We're running a Jersey (1.x) based service in Tomcat on AWS in an array of ~20 instances Periodically an instance "goes bad": over the course of about 4 hours its heap and CPU usage increase until the heap is exhausted and the CPU is pinned. At that point it gets automatically removed from the load balancer and eventually killed.
Examining heap dumps from these instances, ~95% of the memory has been used up by an instance of java.lang.ref.Finalizer which is holding onto all sorts of stuff, but most or all of it is related to HTTPS connections sun.net.www.protocol.https.HttpsURLConnectionImpl, sun.security.ssl.SSLSocketImpl, various crypto objects). These are connections that we're making to an external webservice using Jersey's client library. A heap dump from a "healthy" instance doesn't indicate any sort of issue.

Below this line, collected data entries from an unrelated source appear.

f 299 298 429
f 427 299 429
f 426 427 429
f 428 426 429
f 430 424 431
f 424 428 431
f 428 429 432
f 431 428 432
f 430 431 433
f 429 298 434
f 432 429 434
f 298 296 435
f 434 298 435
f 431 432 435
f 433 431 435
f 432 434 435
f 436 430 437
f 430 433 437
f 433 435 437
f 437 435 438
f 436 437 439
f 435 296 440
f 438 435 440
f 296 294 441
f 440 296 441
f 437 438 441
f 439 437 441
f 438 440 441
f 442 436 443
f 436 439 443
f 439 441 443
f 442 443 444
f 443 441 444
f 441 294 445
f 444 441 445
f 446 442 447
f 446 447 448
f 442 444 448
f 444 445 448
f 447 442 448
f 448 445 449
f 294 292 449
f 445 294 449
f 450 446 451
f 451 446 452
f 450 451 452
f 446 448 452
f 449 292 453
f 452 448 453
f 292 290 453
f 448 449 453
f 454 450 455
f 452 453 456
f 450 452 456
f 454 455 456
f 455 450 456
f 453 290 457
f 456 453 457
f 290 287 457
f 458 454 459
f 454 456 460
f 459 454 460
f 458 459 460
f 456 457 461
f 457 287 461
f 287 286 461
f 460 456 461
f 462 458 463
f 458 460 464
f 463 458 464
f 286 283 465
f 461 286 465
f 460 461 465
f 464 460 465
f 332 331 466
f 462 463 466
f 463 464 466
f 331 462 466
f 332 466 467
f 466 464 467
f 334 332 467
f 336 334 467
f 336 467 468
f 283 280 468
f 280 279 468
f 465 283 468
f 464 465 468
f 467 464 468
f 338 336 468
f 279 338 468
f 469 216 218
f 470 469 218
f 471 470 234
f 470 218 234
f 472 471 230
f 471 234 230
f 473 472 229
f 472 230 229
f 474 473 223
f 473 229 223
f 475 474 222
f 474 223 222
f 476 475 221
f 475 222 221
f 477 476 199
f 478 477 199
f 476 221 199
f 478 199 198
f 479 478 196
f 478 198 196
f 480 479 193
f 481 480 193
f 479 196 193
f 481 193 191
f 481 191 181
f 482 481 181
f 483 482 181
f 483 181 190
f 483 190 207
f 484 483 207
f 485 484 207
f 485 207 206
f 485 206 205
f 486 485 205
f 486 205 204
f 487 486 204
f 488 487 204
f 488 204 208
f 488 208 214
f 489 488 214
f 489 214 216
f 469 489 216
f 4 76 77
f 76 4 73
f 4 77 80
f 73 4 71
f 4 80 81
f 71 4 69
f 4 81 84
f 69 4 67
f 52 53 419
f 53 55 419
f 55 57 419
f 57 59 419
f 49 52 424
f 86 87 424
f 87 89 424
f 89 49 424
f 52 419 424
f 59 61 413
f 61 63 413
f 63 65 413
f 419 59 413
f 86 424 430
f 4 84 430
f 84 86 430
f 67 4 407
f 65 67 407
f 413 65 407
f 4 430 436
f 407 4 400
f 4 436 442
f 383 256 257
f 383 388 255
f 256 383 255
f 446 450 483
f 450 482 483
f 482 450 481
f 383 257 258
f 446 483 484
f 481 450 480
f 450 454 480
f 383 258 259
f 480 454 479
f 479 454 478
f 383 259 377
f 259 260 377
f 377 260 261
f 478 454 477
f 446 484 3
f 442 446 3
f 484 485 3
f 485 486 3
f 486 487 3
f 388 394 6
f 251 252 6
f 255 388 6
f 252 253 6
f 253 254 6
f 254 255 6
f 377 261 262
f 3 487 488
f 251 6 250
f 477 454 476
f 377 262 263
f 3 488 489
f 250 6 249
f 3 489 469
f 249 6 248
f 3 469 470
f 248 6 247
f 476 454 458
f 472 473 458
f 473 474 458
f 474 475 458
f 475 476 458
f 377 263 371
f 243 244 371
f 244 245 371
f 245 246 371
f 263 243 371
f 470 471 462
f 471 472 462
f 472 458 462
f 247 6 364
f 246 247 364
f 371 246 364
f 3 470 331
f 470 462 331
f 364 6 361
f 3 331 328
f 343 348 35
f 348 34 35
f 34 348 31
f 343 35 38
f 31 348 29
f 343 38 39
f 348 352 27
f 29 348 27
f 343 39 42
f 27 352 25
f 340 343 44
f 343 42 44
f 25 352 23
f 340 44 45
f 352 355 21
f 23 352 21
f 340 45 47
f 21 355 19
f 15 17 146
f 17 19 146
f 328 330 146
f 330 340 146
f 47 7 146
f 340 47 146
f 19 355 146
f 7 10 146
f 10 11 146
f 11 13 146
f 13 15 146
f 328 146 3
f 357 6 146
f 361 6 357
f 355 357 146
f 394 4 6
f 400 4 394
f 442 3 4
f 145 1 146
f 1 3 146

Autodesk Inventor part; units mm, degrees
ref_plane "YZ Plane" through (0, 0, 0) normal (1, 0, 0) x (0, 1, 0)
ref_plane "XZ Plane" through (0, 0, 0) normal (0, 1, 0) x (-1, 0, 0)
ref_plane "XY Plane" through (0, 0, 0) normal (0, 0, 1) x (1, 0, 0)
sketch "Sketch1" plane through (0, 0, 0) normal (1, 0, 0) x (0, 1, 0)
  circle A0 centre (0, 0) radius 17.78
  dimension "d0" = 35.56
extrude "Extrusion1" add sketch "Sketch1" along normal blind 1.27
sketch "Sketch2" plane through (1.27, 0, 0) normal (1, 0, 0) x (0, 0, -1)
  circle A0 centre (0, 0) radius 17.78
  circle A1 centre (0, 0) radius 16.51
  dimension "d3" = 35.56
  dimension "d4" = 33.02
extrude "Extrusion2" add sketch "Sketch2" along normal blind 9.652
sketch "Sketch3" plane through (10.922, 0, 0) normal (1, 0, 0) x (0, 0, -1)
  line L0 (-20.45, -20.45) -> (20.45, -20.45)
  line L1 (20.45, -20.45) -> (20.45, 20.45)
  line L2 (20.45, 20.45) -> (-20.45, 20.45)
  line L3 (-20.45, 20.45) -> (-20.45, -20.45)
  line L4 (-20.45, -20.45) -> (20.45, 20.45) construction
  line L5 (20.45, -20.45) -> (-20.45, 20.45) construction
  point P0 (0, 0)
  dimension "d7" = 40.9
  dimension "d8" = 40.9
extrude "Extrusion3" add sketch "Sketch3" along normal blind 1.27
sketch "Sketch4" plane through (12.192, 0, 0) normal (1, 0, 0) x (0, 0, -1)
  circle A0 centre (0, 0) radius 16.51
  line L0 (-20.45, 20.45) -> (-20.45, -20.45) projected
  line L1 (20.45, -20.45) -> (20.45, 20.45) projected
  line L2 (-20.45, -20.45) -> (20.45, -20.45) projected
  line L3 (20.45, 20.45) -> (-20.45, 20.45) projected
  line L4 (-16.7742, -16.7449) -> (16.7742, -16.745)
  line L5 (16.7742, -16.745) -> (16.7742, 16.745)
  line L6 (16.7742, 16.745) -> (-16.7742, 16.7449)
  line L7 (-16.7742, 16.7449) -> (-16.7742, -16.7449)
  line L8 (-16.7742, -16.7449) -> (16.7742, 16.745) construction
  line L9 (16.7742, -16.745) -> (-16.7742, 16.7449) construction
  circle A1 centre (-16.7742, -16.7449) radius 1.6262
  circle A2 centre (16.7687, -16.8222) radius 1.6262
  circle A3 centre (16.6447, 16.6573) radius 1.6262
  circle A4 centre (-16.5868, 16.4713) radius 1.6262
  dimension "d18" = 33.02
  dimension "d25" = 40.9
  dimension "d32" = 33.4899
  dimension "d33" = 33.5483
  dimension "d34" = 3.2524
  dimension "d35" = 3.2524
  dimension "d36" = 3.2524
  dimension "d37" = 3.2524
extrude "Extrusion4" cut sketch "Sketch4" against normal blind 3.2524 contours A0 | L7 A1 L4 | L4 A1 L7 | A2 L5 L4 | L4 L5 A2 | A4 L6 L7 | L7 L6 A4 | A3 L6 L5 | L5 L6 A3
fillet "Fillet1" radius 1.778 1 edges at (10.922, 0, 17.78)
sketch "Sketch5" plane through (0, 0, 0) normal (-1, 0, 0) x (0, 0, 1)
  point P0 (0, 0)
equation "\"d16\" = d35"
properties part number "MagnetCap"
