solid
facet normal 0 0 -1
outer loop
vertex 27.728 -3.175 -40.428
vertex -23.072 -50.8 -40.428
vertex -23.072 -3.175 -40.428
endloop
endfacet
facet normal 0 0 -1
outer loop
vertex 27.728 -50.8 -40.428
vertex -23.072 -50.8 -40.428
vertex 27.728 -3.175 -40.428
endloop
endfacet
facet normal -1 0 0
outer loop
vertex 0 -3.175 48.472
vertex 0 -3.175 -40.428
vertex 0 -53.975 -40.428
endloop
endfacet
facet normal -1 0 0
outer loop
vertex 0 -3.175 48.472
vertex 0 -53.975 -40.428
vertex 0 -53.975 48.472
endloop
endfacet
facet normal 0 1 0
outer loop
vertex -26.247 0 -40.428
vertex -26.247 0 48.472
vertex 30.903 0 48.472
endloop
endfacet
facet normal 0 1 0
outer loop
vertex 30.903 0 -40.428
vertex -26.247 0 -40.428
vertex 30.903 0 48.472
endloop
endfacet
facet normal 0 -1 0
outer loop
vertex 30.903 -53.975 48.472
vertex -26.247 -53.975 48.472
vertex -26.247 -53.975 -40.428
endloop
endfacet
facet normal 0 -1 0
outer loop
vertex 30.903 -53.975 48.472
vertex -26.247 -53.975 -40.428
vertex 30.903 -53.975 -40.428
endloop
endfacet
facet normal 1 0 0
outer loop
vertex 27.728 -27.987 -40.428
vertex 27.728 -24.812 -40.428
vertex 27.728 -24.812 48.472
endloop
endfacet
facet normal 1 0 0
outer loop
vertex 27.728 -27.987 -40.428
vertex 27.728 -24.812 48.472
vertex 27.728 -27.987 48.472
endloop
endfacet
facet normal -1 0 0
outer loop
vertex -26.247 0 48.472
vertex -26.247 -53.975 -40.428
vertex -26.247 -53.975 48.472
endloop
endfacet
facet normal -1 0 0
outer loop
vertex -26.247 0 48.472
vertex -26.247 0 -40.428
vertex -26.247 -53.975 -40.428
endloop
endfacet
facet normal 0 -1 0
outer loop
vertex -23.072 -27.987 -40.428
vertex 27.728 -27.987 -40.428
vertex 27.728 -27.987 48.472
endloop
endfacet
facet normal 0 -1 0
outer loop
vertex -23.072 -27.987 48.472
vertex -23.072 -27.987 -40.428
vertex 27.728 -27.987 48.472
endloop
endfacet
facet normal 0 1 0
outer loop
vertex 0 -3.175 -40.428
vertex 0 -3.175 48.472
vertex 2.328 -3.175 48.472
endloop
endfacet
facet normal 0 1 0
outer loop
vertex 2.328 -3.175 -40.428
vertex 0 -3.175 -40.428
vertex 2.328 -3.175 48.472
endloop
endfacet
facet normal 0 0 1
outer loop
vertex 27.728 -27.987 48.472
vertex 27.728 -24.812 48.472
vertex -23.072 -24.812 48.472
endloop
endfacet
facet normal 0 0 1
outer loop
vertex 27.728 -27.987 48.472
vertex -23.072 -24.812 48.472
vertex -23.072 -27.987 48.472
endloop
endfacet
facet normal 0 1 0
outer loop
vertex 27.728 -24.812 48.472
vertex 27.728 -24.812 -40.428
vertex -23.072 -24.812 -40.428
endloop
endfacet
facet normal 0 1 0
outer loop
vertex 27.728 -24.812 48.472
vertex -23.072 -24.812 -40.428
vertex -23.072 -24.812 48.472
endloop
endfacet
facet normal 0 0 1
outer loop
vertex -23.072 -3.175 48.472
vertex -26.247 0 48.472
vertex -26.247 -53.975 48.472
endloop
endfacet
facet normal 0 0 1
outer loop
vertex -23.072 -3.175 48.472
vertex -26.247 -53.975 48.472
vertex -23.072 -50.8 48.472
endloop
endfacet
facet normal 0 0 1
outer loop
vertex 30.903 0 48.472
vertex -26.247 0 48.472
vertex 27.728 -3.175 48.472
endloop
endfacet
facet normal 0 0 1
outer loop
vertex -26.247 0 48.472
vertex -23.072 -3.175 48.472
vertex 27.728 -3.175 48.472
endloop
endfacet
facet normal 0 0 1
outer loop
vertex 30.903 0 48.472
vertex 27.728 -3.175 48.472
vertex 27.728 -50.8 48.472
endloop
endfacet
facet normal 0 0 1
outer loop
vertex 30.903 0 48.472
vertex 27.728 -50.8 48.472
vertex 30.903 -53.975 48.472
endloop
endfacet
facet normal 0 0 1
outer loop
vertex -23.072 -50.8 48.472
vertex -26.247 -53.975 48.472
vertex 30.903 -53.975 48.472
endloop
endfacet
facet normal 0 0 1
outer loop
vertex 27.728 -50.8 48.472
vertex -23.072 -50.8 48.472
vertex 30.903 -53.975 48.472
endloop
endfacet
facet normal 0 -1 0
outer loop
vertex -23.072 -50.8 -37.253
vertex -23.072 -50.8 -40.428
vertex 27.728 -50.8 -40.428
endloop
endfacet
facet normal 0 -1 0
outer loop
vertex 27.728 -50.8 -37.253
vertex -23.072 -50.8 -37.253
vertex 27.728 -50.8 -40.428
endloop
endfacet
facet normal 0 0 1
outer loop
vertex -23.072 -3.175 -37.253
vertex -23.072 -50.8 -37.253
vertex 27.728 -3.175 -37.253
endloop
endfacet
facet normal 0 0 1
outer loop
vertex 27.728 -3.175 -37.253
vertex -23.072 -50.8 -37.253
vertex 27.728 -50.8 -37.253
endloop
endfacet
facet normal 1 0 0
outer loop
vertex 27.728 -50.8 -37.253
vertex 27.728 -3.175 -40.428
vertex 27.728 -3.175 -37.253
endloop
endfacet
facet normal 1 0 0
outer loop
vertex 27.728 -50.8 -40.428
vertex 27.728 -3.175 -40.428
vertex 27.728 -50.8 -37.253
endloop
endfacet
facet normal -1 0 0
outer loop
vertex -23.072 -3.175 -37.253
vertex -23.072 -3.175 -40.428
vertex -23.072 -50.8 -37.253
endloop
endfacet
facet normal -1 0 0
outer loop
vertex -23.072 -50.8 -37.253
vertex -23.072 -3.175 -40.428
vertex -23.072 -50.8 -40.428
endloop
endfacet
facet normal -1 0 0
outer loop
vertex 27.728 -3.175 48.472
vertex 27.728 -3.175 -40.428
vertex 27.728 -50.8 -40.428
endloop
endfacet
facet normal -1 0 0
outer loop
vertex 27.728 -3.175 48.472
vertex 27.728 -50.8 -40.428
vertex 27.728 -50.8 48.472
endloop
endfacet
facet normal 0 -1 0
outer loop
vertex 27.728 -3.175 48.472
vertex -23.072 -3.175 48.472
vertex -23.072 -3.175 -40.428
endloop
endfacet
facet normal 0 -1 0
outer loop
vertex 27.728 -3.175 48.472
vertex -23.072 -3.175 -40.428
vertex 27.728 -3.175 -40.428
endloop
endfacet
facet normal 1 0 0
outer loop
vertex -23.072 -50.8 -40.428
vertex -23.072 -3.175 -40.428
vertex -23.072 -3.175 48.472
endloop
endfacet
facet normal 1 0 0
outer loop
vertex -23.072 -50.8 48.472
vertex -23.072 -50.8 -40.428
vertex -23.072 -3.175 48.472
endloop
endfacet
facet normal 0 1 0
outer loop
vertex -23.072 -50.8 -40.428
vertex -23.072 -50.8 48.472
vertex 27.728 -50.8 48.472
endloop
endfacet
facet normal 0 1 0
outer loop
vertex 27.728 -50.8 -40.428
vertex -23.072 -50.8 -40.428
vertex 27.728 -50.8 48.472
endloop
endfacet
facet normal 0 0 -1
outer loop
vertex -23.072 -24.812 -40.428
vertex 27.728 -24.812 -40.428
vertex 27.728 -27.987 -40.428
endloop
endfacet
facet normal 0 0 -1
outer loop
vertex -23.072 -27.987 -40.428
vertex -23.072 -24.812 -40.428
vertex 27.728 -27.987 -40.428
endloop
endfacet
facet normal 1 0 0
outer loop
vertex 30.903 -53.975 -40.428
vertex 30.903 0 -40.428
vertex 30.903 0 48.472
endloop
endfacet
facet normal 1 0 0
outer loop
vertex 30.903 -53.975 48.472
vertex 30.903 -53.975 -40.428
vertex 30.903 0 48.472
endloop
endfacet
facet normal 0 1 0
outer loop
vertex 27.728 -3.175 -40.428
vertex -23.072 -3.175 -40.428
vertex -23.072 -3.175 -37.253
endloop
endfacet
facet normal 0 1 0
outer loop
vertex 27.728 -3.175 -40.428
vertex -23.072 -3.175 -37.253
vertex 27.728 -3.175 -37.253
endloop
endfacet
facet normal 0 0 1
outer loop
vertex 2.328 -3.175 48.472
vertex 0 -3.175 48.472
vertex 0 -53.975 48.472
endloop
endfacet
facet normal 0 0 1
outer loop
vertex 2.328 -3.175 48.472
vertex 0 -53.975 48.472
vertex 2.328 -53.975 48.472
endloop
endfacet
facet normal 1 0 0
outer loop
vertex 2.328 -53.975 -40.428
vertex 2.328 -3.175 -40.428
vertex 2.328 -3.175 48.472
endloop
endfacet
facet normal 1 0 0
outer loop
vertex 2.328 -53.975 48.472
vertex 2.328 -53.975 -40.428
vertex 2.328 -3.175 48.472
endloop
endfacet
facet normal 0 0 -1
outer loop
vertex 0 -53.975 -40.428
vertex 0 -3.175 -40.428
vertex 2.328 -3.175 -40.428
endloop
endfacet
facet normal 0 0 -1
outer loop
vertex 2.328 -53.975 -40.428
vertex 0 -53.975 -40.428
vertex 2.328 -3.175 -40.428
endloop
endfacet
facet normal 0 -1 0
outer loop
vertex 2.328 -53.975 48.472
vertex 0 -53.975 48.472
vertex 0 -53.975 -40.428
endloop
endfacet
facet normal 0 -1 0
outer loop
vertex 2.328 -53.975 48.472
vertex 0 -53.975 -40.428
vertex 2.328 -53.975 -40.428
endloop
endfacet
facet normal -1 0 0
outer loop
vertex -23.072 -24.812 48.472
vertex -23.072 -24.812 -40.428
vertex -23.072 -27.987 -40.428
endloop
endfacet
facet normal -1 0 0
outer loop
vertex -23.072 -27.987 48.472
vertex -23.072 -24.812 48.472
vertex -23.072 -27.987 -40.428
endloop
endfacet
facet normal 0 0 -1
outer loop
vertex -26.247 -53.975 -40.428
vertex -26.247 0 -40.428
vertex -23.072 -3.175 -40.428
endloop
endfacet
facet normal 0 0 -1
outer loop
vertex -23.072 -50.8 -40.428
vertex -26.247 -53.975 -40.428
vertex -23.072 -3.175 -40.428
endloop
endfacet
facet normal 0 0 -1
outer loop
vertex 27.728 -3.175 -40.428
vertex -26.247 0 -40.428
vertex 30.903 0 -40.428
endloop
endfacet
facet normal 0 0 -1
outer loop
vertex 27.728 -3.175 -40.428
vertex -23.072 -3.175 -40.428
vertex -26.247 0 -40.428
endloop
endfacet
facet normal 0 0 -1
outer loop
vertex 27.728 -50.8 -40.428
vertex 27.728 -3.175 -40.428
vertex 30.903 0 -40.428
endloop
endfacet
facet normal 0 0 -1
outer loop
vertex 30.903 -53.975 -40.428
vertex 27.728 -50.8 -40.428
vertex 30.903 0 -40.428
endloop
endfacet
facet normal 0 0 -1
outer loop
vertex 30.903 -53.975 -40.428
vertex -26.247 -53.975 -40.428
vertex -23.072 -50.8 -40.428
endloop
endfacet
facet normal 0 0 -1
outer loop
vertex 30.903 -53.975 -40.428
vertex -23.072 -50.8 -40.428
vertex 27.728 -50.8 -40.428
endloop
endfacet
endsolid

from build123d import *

# Parameters (mm, degrees)
F0_W      = 57.15
F0_H      = 88.9
F1_DEPTH  = 3.175
F2_W      = 3.175
F2_H      = 88.9
F3_DEPTH  = 50.8
F4_W      = 3.175
F4_H      = 88.9
F5_DEPTH  = 50.8
F6_W      = 53.975
F6_H      = 88.9
F7_DEPTH  = 3.175
F8_W      = 50.8
F8_H      = 47.625
F9_DEPTH  = 3.175
F10_W     = 2.328094095
F10_H     = 88.9
F11_DEPTH = 50.8
F12_W     = 3.175
F12_H     = 88.9
F13_DEPTH = 50.8


with BuildPart() as f1:
    # F0 (on Front) → F1 (new body)
    with BuildSketch(Plane.XZ):
        with Locations((2.328094095, 4.0216516092)):
            Rectangle(F0_W, F0_H)
    extrude(amount=F1_DEPTH)

    # F2 (on face) → F3 (join)
    with BuildSketch(Plane.XZ.offset(3.175)):
        with Locations((-24.659405905, 4.0216516092)):
            Rectangle(F2_W, F2_H)
    extrude(amount=F3_DEPTH)

    # F4 (on face) → F5 (join)
    with BuildSketch(Plane.XZ.offset(3.175)):
        with Locations((29.315594095, 4.0216516092)):
            Rectangle(F4_W, F4_H)
    extrude(amount=F5_DEPTH)

    # F6 (on face) → F7 (join)
    with BuildSketch(Plane.XZ.offset(53.975)):
        with Locations((3.915594095, 4.0216516092)):
            Rectangle(F6_W, F6_H)
    extrude(amount=-F7_DEPTH)


with BuildPart() as f9:
    # F8 (on face) → F9 (new body)
    with BuildSketch(Plane(origin=(0, 0, -40.4283483908), x_dir=(1, 0, 0), z_dir=(0, 0, -1))):
        with Locations((2.328094095, 26.9875)):
            Rectangle(F8_W, F8_H)
    extrude(amount=-F9_DEPTH)


with BuildPart() as f11:
    # F10 (on face) → F11 (new body)
    with BuildSketch(Plane.XZ.offset(3.175)):
        with Locations((1.1640470475, 4.0216516092)):
            Rectangle(F10_W, F10_H)
    extrude(amount=F11_DEPTH)


with BuildPart() as f13:
    # F12 (on face) → F13 (new body)
    with BuildSketch(Plane(origin=(27.728094095, 0, 0), x_dir=(0, -1, 0), z_dir=(-1, 0, 0))):
        with Locations((26.3994533062, 4.0216516092)):
            Rectangle(F12_W, F12_H)
    extrude(amount=F13_DEPTH)


solid = Compound([f1.part, f9.part, f11.part, f13.part])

Under relatively low load instances run for days or weeks without issue. As load increases, so does the frequency of instance failure (several per day by the time average CPU gets to ~40%).
Our JVM args are:
-XX:+UseG1GC -XX:MaxPermSize=256m -Xmx1024m -Xms1024m
I'm in the process of adding JMX logging for garbage collection metrics, but I'm not entirely clear what I should be looking for. At this point I'm primarily looking for ideas of what could kick off this sort of failure or additional targets for investigation.